╭─ Available records

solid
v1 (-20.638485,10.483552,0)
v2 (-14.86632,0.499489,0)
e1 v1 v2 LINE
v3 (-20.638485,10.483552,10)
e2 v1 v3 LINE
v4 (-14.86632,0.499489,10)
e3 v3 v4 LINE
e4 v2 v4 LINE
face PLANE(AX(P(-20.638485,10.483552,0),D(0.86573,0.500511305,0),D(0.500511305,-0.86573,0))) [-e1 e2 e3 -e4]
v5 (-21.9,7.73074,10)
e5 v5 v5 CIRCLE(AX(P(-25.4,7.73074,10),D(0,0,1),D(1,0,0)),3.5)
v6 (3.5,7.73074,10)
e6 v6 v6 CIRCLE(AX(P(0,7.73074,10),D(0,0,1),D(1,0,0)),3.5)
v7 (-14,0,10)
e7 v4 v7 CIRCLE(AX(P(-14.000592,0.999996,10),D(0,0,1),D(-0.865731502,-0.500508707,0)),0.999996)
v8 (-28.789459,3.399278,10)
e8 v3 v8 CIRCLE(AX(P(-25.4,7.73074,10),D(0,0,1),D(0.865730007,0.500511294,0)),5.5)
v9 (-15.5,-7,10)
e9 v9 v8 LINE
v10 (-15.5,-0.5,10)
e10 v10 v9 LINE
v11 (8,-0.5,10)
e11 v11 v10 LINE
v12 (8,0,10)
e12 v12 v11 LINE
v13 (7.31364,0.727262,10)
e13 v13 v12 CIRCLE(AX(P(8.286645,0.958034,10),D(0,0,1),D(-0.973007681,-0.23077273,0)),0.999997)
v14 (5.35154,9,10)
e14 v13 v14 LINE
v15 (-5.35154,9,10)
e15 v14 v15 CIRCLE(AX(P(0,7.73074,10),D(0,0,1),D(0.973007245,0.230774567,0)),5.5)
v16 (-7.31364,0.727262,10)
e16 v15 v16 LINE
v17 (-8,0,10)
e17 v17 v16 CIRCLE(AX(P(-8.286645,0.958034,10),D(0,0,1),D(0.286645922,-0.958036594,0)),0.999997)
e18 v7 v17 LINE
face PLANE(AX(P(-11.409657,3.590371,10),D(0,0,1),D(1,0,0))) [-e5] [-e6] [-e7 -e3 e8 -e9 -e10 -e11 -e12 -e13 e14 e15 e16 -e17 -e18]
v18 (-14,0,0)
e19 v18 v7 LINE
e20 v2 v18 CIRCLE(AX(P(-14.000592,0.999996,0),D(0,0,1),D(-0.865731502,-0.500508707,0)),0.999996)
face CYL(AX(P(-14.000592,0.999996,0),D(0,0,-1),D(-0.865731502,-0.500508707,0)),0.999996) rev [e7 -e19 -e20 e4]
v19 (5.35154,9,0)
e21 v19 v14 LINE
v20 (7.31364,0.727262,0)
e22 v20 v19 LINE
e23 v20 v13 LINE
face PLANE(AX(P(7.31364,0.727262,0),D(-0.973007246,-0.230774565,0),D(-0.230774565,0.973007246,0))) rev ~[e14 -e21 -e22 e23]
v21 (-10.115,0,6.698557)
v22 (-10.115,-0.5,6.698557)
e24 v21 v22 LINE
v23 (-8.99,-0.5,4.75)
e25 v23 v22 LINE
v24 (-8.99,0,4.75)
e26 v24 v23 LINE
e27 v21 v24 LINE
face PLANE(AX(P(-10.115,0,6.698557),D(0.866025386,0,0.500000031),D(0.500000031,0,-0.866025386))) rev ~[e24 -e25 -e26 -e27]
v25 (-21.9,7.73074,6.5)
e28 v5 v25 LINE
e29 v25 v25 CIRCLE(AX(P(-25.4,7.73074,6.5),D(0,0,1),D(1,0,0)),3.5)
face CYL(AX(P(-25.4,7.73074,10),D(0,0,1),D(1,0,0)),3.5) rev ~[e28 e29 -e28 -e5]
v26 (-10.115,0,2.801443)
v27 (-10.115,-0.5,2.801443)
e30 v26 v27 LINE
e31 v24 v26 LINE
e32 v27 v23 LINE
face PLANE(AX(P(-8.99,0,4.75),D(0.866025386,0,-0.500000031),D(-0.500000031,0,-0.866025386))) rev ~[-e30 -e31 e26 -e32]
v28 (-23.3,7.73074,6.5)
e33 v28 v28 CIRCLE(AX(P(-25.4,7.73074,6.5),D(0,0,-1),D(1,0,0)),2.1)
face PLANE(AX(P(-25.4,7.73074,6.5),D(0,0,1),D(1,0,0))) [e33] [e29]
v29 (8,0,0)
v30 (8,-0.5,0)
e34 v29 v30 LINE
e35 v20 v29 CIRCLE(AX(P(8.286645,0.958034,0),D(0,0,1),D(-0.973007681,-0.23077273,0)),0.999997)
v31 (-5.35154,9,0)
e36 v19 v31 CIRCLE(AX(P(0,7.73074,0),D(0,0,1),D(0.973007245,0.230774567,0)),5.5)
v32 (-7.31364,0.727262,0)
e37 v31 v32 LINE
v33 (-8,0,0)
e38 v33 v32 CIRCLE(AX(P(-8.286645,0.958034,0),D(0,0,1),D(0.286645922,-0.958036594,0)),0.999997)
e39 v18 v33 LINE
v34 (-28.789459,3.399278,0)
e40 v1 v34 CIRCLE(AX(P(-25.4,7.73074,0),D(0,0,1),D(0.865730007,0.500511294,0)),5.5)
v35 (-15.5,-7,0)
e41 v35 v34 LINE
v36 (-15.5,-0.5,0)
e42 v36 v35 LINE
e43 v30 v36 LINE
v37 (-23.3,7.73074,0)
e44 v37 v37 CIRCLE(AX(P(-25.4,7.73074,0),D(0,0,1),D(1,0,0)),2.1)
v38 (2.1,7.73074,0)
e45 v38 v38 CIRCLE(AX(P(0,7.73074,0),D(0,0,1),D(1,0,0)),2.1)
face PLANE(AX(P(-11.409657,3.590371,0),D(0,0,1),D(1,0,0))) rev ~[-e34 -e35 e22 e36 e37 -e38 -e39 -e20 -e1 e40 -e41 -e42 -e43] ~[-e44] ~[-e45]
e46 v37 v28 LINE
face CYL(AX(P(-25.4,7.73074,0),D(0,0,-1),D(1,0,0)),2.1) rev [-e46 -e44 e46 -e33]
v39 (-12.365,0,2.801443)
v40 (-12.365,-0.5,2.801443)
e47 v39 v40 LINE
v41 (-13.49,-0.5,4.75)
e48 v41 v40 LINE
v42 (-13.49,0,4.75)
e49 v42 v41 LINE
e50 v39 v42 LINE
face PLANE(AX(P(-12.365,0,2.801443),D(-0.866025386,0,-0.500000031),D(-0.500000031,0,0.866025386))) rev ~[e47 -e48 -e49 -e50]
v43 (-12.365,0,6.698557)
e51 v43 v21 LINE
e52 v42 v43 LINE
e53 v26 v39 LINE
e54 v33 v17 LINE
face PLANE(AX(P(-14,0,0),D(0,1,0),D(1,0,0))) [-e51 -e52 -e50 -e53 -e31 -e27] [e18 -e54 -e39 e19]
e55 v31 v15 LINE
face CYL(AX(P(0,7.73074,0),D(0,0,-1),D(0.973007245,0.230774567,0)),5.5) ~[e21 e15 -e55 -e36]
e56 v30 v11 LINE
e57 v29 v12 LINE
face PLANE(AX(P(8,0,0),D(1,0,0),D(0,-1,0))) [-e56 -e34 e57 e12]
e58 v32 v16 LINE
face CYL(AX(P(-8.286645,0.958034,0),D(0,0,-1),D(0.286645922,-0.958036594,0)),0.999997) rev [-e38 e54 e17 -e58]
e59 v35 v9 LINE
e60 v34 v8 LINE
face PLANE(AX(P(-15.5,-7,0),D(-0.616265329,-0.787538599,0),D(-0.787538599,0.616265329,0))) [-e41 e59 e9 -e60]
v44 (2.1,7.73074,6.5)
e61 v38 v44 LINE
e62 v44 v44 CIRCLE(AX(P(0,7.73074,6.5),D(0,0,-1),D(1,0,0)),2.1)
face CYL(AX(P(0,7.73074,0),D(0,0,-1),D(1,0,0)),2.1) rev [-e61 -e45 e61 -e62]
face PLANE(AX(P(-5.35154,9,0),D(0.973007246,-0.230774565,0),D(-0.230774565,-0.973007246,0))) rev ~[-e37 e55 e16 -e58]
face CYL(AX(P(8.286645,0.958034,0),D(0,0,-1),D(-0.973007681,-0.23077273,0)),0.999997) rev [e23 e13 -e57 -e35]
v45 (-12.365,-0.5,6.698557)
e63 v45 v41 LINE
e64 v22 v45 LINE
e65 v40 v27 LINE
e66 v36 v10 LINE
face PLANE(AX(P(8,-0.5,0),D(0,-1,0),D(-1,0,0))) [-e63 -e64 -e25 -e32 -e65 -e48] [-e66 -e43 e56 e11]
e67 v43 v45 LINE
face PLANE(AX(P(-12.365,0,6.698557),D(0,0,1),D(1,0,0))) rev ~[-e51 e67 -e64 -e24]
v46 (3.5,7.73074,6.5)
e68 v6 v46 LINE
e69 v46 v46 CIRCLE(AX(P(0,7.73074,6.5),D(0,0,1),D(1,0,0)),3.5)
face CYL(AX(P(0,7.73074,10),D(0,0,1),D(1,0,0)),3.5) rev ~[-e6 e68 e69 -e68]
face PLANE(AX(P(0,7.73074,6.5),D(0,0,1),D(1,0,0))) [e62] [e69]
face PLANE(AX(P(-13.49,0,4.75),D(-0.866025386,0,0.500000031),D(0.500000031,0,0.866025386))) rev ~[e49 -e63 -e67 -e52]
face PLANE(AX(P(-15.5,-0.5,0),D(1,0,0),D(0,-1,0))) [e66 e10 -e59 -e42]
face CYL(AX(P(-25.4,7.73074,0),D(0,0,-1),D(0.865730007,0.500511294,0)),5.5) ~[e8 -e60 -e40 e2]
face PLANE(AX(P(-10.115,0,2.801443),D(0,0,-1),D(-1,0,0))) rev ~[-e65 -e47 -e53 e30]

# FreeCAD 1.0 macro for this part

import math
import FreeCAD as App
import Part
import Sketcher
Q = App.Units.Quantity

doc = App.newDocument("Part")
body = doc.addObject("PartDesign::Body", "Body")

# Sketch on XY plane
sketch1 = body.newObject("Sketcher::SketchObject", "Sketch")
sketch1.AttachmentSupport = (doc.getObject("XY_Plane"), [""])
sketch1.MapMode = "FlatFace"
sketch1.addGeometry(Part.LineSegment(App.Vector(7.3, 0.7, 0), App.Vector(5.4, 9, 0)), False)
sketch1.addGeometry(Part.ArcOfCircle(Part.Circle(App.Vector(0, 7.7, 0), App.Vector(0, 0, 1), 5.5), math.radians(13), math.radians(167)), False)
sketch1.addGeometry(Part.LineSegment(App.Vector(-5.4, 9, 0), App.Vector(-7.3, 0.7, 0)), False)
sketch1.addGeometry(Part.ArcOfCircle(Part.Circle(App.Vector(-8.3, 1, 0), App.Vector(0, 0, 1), 1), math.radians(-73), math.radians(-13)), False)
sketch1.addGeometry(Part.LineSegment(App.Vector(-8, 0, 0), App.Vector(-14, 0, 0)), False)
sketch1.addGeometry(Part.ArcOfCircle(Part.Circle(App.Vector(-14, 1, 0), App.Vector(0, 0, 1), 1), math.radians(-150), math.radians(-90)), False)
sketch1.addGeometry(Part.LineSegment(App.Vector(-14.9, 0.5, 0), App.Vector(-20.6, 10.5, 0)), False)
sketch1.addGeometry(Part.ArcOfCircle(Part.Circle(App.Vector(-25.4, 7.7, 0), App.Vector(0, 0, 1), 5.5), math.radians(30), math.radians(232)), False)
sketch1.addGeometry(Part.LineSegment(App.Vector(-28.8, 3.4, 0), App.Vector(-15.5, -7, 0)), False)
sketch1.addGeometry(Part.LineSegment(App.Vector(-15.5, -7, 0), App.Vector(-15.5, -0.5, 0)), False)
sketch1.addGeometry(Part.LineSegment(App.Vector(-15.5, -0.5, 0), App.Vector(8, -0.5, 0)), False)
sketch1.addGeometry(Part.LineSegment(App.Vector(8, -0.5, 0), App.Vector(8, 0, 0)), False)
sketch1.addGeometry(Part.ArcOfCircle(Part.Circle(App.Vector(8.3, 1, 0), App.Vector(0, 0, 1), 1), math.radians(-167), math.radians(-107)), False)
sketch1.addGeometry(Part.Circle(App.Vector(-25.4, 7.7, 0), App.Vector(0, 0, 1), 2.1), False)
sketch1.addGeometry(Part.Circle(App.Vector(0, 7.7, 0), App.Vector(0, 0, 1), 2.1), False)
sketch1.addConstraint(Sketcher.Constraint("Tangent", 0, 2, 1, 1))
sketch1.addConstraint(Sketcher.Constraint("Tangent", 1, 2, 2, 1))
sketch1.addConstraint(Sketcher.Constraint("Tangent", 2, 2, 3, 2))
sketch1.addConstraint(Sketcher.Constraint("Coincident", 3, 1, 4, 1))
sketch1.addConstraint(Sketcher.Constraint("Coincident", 4, 2, 5, 2))
sketch1.addConstraint(Sketcher.Constraint("Coincident", 5, 1, 6, 1))
sketch1.addConstraint(Sketcher.Constraint("Tangent", 6, 2, 7, 1))
sketch1.addConstraint(Sketcher.Constraint("Tangent", 7, 2, 8, 1))
sketch1.addConstraint(Sketcher.Constraint("Coincident", 8, 2, 9, 1))
sketch1.addConstraint(Sketcher.Constraint("Coincident", 9, 2, 10, 1))
sketch1.addConstraint(Sketcher.Constraint("Coincident", 10, 2, 11, 1))
sketch1.addConstraint(Sketcher.Constraint("Coincident", 11, 2, 12, 2))
sketch1.addConstraint(Sketcher.Constraint("Tangent", 12, 1, 0, 1))
sketch1.addConstraint(Sketcher.Constraint("Horizontal", 4))
sketch1.addConstraint(Sketcher.Constraint("Vertical", 9))
sketch1.addConstraint(Sketcher.Constraint("Horizontal", 10))
sketch1.addConstraint(Sketcher.Constraint("Vertical", 11))
sketch1.addConstraint(Sketcher.Constraint("Coincident", 13, 3, 7, 3))
sketch1.addConstraint(Sketcher.Constraint("Coincident", 14, 3, 1, 3))
sketch1.addConstraint(Sketcher.Constraint("Equal", 3, 5))
sketch1.addConstraint(Sketcher.Constraint("Equal", 1, 7))
sketch1.addConstraint(Sketcher.Constraint("Equal", 5, 12))
sketch1.addConstraint(Sketcher.Constraint("Equal", 13, 14))
sketch1.addConstraint(Sketcher.Constraint("Symmetric", 3, 1, 11, 2, -1, 1))
sketch1.addConstraint(Sketcher.Constraint("Symmetric", 3, 3, 12, 3, -2))
sketch1.addConstraint(Sketcher.Constraint("PointOnObject", 1, 3, -2))
sketch1.addConstraint(Sketcher.Constraint("Horizontal", 1, 3, 7, 3))
sketch1.addConstraint(Sketcher.Constraint("Diameter", 13, 4.2))
sketch1.addConstraint(Sketcher.Constraint("Radius", 1, 5.5))
sketch1.addConstraint(Sketcher.Constraint("DistanceX", 4, 2, 4, 1, 6.0))
sketch1.addConstraint(Sketcher.Constraint("DistanceX", 10, 1, 10, 2, 23.5))
sketch1.addConstraint(Sketcher.Constraint("DistanceY", 9, 1, 9, 2, 6.5))
sketch1.addConstraint(Sketcher.Constraint("DistanceY", 11, 1, 11, 2, 0.5))
sketch1.addConstraint(Sketcher.Constraint("DistanceY", -1, 1, 0, 2, 9.0))
sketch1.addConstraint(Sketcher.Constraint("DistanceX", 3, 1, -1, 1, 8.0))
sketch1.addConstraint(Sketcher.Constraint("DistanceX", 7, 3, -1, 1, 25.4))
sketch1.addConstraint(Sketcher.Constraint("Radius", 3, 0.999997))
sketch1.addConstraint(Sketcher.Constraint("DistanceX", 2, 2, 1, 2, 1.9621))
sketch1.addConstraint(Sketcher.Constraint("DistanceX", 5, 1, -1, 1, 14.86632))
sketch1.addConstraint(Sketcher.Constraint("DistanceY", -1, 1, 5, 1, 0.499489))
pad1 = body.newObject("PartDesign::Pad", "Pad")
pad1.Profile = sketch1
pad1.Length = 10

╰─

Description of the task:
Quote in full each line from the top of the records above through the line with "e4 v2 v4 LINE"; stop after that line.

Response:
solid
v1 (-20.638485,10.483552,0)
v2 (-14.86632,0.499489,0)
e1 v1 v2 LINE
v3 (-20.638485,10.483552,10)
e2 v1 v3 LINE
v4 (-14.86632,0.499489,10)
e3 v3 v4 LINE
e4 v2 v4 LINE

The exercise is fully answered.